Mustika menjelaskan bahwa busana Wdihan Kadiri Satria yang dipakai Raffi Ahmad bukanlah pakaian sembarangan. Pakaian ini mencerminkan keagungan, kewibawaan, serta nilai-nilai budaya Kediri yang sangat luhur dan sarat akan makna sejarah.
“Kita berharap ini menginspirasi anak muda Kabupaten Kediri untuk lebih bangga mengenakan pakaian khas daerah,” ungkap Mustika.
Pakaian khas Kabupaten Kediri ini sejatinya memiliki rekam jejak yang cukup panjang.
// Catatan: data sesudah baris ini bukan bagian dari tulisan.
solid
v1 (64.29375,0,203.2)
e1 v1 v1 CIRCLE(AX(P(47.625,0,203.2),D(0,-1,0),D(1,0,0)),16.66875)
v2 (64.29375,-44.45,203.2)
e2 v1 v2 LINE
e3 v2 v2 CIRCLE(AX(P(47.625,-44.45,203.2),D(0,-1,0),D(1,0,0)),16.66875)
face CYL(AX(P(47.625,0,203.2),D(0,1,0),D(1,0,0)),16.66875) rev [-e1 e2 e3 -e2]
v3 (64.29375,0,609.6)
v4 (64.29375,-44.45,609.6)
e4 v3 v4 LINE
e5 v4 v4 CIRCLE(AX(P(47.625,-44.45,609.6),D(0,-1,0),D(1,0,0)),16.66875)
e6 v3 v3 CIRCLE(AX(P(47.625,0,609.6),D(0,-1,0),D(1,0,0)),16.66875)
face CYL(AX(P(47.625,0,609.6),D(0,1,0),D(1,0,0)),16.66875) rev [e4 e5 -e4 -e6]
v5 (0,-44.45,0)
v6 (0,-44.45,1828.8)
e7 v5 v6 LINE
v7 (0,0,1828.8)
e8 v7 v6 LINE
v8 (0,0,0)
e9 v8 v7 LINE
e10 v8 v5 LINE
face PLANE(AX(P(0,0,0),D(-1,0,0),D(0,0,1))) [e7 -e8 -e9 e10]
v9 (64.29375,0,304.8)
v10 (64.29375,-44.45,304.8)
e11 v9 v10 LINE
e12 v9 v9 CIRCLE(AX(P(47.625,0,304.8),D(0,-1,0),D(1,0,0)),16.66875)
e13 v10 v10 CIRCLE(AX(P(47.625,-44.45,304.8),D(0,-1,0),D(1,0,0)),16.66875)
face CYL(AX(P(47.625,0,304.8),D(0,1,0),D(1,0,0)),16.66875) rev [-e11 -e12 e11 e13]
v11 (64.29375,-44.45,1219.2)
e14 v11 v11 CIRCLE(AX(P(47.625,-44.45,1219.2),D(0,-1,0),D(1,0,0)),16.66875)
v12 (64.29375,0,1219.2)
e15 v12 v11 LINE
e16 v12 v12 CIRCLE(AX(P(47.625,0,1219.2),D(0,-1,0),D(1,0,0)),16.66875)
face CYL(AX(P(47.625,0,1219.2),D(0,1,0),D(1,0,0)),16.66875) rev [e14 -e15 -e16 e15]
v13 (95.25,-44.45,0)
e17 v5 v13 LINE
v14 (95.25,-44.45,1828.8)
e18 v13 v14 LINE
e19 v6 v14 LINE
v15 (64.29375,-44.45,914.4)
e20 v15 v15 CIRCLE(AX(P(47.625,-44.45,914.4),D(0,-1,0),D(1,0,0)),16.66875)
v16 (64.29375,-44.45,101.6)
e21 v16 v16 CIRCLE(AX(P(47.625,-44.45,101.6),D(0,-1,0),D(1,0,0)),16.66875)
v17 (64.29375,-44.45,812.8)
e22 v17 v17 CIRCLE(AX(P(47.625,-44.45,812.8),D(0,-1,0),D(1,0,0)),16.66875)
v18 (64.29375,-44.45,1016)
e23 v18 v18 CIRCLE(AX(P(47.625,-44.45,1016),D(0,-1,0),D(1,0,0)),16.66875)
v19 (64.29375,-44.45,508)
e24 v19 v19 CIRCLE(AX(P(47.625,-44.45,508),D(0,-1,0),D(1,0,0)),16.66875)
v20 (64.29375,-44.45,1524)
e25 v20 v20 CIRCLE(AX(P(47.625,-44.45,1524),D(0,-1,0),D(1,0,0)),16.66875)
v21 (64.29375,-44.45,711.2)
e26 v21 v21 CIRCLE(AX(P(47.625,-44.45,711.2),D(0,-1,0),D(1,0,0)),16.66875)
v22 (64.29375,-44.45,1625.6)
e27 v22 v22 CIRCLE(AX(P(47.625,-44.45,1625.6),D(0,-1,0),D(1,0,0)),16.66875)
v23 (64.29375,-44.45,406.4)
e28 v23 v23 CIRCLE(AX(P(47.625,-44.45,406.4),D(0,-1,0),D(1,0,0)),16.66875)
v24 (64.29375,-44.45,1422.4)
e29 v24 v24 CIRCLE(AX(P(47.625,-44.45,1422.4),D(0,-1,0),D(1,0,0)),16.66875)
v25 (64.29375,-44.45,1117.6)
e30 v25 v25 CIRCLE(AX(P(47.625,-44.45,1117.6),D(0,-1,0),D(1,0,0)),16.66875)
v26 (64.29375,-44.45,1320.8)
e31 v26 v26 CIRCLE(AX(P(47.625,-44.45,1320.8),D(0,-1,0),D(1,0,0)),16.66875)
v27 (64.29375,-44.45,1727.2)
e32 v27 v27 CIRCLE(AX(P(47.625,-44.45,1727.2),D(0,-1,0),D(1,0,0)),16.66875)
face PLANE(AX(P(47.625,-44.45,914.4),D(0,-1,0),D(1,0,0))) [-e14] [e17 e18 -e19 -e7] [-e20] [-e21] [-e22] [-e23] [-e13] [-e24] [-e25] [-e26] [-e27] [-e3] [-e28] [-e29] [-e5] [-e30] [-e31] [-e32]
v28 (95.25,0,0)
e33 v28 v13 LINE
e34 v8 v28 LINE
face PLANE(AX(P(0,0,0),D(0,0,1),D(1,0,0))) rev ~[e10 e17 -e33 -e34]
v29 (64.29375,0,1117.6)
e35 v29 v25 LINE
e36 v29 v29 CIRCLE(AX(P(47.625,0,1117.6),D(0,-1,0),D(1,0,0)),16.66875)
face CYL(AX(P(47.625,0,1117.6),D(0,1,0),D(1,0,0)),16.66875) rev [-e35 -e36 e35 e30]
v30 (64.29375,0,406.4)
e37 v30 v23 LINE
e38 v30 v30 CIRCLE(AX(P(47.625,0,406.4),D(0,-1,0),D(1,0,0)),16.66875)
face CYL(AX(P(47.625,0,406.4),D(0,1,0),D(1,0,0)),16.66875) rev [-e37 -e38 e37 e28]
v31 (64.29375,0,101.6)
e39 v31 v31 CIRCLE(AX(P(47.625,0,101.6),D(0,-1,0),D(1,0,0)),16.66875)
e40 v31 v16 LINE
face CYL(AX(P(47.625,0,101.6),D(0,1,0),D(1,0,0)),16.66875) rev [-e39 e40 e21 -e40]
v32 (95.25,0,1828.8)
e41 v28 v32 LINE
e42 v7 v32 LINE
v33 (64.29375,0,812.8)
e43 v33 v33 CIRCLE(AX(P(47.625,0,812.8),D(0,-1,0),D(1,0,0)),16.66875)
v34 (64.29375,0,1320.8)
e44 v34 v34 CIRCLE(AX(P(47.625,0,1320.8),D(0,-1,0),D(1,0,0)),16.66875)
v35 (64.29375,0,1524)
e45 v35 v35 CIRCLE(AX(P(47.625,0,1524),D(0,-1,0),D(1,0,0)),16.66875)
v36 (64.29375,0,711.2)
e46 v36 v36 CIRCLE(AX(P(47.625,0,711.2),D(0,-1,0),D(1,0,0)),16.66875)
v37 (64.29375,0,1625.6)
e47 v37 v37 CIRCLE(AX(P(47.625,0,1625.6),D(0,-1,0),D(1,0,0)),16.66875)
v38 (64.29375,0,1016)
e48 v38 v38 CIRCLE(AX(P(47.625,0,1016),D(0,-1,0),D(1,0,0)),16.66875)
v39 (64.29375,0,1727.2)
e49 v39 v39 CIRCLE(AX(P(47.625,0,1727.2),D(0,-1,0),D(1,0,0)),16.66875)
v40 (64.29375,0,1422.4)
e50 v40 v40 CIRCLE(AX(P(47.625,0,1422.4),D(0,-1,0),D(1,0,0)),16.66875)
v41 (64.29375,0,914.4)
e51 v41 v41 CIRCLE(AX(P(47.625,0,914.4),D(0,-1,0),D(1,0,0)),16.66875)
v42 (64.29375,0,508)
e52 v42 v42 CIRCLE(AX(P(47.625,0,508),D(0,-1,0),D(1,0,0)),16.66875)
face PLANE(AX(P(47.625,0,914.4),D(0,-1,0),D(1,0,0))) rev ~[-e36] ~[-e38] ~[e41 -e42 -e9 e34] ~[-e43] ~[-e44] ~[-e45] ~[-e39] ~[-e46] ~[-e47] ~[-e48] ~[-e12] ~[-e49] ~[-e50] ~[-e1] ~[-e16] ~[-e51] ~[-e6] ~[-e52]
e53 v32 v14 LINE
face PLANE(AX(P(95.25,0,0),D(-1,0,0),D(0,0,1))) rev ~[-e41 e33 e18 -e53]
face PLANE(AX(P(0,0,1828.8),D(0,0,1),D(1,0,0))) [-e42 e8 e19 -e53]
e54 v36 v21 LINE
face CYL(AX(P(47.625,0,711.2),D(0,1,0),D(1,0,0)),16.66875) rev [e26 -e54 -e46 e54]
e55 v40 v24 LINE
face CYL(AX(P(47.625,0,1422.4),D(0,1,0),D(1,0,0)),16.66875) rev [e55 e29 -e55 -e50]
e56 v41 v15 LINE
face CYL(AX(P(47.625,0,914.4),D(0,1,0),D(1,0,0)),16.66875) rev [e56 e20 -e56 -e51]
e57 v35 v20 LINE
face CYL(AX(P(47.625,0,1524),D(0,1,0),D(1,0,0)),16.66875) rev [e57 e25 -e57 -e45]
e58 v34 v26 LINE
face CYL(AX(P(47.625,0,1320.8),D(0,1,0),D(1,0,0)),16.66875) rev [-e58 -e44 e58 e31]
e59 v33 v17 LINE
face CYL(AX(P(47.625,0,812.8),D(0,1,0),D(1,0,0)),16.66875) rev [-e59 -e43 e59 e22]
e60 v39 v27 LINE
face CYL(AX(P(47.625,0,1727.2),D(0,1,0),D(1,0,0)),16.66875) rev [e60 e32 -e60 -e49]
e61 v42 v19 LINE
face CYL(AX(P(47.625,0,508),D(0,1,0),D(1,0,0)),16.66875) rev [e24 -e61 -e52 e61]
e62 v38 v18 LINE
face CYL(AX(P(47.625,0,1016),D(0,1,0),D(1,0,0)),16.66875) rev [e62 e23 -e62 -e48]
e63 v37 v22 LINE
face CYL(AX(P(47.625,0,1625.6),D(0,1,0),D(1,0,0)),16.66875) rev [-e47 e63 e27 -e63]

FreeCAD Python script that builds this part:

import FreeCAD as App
import Part
import Sketcher

V = App.Vector
Q = App.Units.Quantity


def add_polygon(sketch, points):
    """Adds a closed chain of lines whose ends are joined by coincident constraints."""
    first, n = sketch.GeometryCount, len(points)
    for a, b in zip(points, points[1:] + points[:1]):
        sketch.addGeometry(Part.LineSegment(App.Vector(*a, 0), App.Vector(*b, 0)), False)
    for i in range(n):
        sketch.addConstraint(Sketcher.Constraint("Coincident", first + i, 2, first + (i + 1) % n, 1))

doc = App.newDocument("Part")
body = doc.addObject("PartDesign::Body", "Body")

sketch1 = doc.addObject("Sketcher::SketchObject", "Sketch")
body.addObject(sketch1)
sketch1.AttachmentSupport = (doc.XZ_Plane, [""])
sketch1.MapMode = "FlatFace"
add_polygon(sketch1, [(0, 1829), (0, 0), (95, 0), (95, 1829)])
sketch1.addGeometry(Part.Circle(V(48, 102, 0), V(0, 0, 1), 17), False)
sketch1.addGeometry(Part.Circle(V(48, 203, 0), V(0, 0, 1), 17), False)
sketch1.addGeometry(Part.Circle(V(48, 305, 0), V(0, 0, 1), 17), False)
sketch1.addGeometry(Part.Circle(V(48, 406, 0), V(0, 0, 1), 17), False)
sketch1.addGeometry(Part.Circle(V(48, 508, 0), V(0, 0, 1), 17), False)
sketch1.addGeometry(Part.Circle(V(48, 610, 0), V(0, 0, 1), 17), False)
sketch1.addGeometry(Part.Circle(V(48, 711, 0), V(0, 0, 1), 17), False)
sketch1.addGeometry(Part.Circle(V(48, 813, 0), V(0, 0, 1), 17), False)
sketch1.addGeometry(Part.Circle(V(48, 914, 0), V(0, 0, 1), 17), False)
sketch1.addGeometry(Part.Circle(V(48, 1016, 0), V(0, 0, 1), 17), False)
sketch1.addGeometry(Part.Circle(V(48, 1118, 0), V(0, 0, 1), 17), False)
sketch1.addGeometry(Part.Circle(V(48, 1219, 0), V(0, 0, 1), 17), False)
Pakaian adat ini pertama kali diluncurkan secara resmi pada periode pertama kepemimpinan Bupati Kediri, Hanindhito Himawan Pramana.
Sejak awal diperkenalkan kepada publik, pakaian khas ini selalu menjadi ‘menu wajib’ yang dikenakan dalam setiap momen peringatan hari kemerdekaan di tingkat daerah.
Tradisi tersebut kembali terlihat dalam upacara HUT ke-81 RI yang digelar di Stadion Canda Bhirawa, Pare, Kabupaten Kediri, pada hari yang sama. Bupati yang akrab disapa Mas Dhito tersebut hadir memimpin upacara dengan mengenakan pakaian khas Kediri, diikuti oleh seluruh jajaran Organisasi Perangkat Daerah (OPD) dan jajaran Forkopimda.
Menariknya, kemeriahan pesta kemerdekaan di tingkat daerah tersebut juga diwarnai oleh kehadiran kedua putri Mas Dhito. Kedua buah hatinya tampak menggemaskan dan cantik berbalut busana khas Kabupaten Kediri, menyempurnakan nuansa kebudayaan lokal di panggung upacara.
Momentum tampilnya Wdihan Kadiri Satria di Istana Negara hingga di pelosok daerah menjadi bukti nyata bahwa pakaian tradisional bisa tampil modern, elegan, dan membanggakan.
Melalui promosi masif yang dilakukan oleh figur-figur publik ternama seperti Raffi Ahmad hingga pejabat daerah, Mustika mengajak seluruh lapisan masyarakat khususnya para pemuda untuk semakin mencintai dan melestarikan budaya asli Kediri.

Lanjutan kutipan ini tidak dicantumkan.